FIG. 2 is a diagram showing a graph comparing cyclic voltammograms before and after CO adsorption in the fuel electrode of the first embodiment of the present invention and the fuel electrode of the conventional example.

FIG. 3 is a graph showing IV characteristics when CO is mixed in the fuel gas in the unit cell to which the fuel electrode of the first embodiment of the present invention is applied and the unit cell to which the fuel electrode of the conventional example is applied. FIG.

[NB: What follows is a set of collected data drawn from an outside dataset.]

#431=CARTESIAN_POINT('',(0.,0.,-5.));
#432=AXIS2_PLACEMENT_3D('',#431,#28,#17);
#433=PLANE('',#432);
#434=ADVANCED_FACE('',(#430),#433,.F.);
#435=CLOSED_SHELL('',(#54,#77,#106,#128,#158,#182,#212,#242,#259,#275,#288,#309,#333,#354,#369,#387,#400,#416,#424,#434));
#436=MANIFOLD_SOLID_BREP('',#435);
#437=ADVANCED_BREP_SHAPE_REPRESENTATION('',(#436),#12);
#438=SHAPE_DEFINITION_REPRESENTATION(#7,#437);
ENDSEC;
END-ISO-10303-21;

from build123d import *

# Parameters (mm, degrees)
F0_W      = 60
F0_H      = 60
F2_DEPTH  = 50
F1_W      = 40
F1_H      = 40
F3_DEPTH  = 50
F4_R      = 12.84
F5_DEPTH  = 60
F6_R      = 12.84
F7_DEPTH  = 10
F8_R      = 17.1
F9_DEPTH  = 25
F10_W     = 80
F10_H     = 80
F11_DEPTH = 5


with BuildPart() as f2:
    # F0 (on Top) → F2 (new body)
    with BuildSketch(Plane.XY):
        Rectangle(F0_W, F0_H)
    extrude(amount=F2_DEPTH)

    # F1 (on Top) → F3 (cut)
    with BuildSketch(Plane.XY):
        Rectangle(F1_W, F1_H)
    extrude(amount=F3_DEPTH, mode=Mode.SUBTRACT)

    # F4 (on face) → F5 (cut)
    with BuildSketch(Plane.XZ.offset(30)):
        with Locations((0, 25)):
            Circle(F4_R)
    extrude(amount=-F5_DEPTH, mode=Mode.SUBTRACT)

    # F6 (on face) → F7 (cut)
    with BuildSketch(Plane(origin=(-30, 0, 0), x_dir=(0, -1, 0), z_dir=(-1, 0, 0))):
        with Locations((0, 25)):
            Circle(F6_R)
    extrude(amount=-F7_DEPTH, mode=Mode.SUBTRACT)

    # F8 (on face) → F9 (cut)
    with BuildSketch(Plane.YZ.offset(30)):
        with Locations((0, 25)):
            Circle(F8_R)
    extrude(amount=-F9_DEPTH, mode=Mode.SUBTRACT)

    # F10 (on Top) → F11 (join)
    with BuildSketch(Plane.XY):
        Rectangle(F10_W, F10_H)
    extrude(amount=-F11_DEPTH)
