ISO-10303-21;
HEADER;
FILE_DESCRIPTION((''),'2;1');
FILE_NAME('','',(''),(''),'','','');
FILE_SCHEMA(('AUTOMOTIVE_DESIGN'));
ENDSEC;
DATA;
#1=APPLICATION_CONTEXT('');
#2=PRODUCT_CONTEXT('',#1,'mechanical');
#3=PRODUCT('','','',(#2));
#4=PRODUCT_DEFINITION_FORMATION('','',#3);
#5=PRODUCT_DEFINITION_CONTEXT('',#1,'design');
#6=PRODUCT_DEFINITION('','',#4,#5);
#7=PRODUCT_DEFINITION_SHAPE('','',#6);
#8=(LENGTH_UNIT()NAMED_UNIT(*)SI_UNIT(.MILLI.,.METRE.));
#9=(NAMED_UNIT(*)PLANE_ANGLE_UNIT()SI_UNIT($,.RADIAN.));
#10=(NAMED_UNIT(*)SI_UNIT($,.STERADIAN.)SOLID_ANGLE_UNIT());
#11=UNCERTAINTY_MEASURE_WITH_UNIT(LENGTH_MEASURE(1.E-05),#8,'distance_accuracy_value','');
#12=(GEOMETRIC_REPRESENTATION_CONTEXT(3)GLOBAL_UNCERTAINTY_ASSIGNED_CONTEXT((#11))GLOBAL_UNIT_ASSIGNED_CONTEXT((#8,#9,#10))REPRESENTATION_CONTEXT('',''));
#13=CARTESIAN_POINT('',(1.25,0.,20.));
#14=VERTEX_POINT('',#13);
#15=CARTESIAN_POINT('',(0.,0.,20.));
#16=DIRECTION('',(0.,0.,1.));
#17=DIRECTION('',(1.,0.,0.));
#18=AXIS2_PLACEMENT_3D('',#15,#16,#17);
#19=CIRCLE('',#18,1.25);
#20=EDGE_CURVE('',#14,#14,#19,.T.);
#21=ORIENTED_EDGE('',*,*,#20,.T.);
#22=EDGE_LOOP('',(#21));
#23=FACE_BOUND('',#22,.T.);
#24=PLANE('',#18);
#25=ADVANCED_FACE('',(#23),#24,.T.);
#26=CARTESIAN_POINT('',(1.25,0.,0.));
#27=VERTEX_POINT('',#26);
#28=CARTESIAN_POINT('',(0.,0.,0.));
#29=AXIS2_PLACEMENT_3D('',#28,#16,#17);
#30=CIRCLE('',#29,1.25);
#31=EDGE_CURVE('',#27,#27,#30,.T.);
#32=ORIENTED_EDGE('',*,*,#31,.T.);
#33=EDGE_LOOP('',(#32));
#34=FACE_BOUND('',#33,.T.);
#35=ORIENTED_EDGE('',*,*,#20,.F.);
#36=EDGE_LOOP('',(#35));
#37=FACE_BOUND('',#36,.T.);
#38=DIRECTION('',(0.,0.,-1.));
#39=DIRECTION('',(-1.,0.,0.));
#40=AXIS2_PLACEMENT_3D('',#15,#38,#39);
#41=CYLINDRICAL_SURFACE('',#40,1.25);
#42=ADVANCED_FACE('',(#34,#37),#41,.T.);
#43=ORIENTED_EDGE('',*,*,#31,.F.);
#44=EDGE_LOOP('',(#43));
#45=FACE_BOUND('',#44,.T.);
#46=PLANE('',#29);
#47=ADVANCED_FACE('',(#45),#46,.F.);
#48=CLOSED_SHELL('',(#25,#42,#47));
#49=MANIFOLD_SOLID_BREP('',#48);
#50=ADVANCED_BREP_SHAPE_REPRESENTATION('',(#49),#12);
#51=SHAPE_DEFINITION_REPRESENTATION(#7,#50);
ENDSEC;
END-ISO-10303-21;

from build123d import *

# Parameters (mm, degrees)
ESQUISSE1_R        = 1.25
BOSS_EXTRU_1_DEPTH = 20


with BuildPart() as part:
    # Esquisse1 → Boss.-Extru.1 (new body)
    with BuildSketch(Plane.XY):
        Circle(ESQUISSE1_R)
    extrude(amount=BOSS_EXTRU_1_DEPTH)


solid = part.part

FIG. 4 is an exploded perspective view showing a general phosphoric acid type fuel cell.

[Explanation of symbols]

 X ... Base metal atom 1 ... Single cell 1a ... Fuel electrode 1b ... Oxidizer electrode 1c ... Electrolyte layer 2 ... Fuel cell stack 3 ... Gas separation plate

Claims (4)

[Claims] 1. A fuel cell electrode having an alloy catalyst of platinum and a noble metal element formed on one surface of a porous carbon plate, wherein a layer of a base metal element that easily adsorbs oxygen is formed on the surface of the alloy catalyst. An electrode for a fuel cell, which is characterized in that 2. The base metal element is As, Sb, Ge,
The fuel cell electrode according to claim 1, wherein the electrode is at least one of Sn, Bi and Pb. 3. A method for producing an electrode for a fuel cell, comprising forming an alloy catalyst of platinum and a noble metal on one surface of a porous carbon plate, wherein the electrode is a base metal element chloride or sulfide which easily adsorbs oxygen. An electrode for a fuel cell characterized by being immersed in a dilute solution, and adsorbing the base metal element on the electrode surface by adding a liquid-phase reducing agent to the dilute solution to reduce and precipitate the base metal element. Manufacturing method. 4. A method for producing a fuel cell electrode, comprising forming an alloy catalyst of platinum and a noble metal on one surface of a porous carbon plate, wherein the electrode is a chloride or sulfide of a base metal element that easily adsorbs oxygen. A method for producing a fuel cell electrode, comprising immersing in a dilute solution, repeating the potential sweep in the dilute solution to precipitate the base metal element, and adsorbing the base metal element on the electrode surface.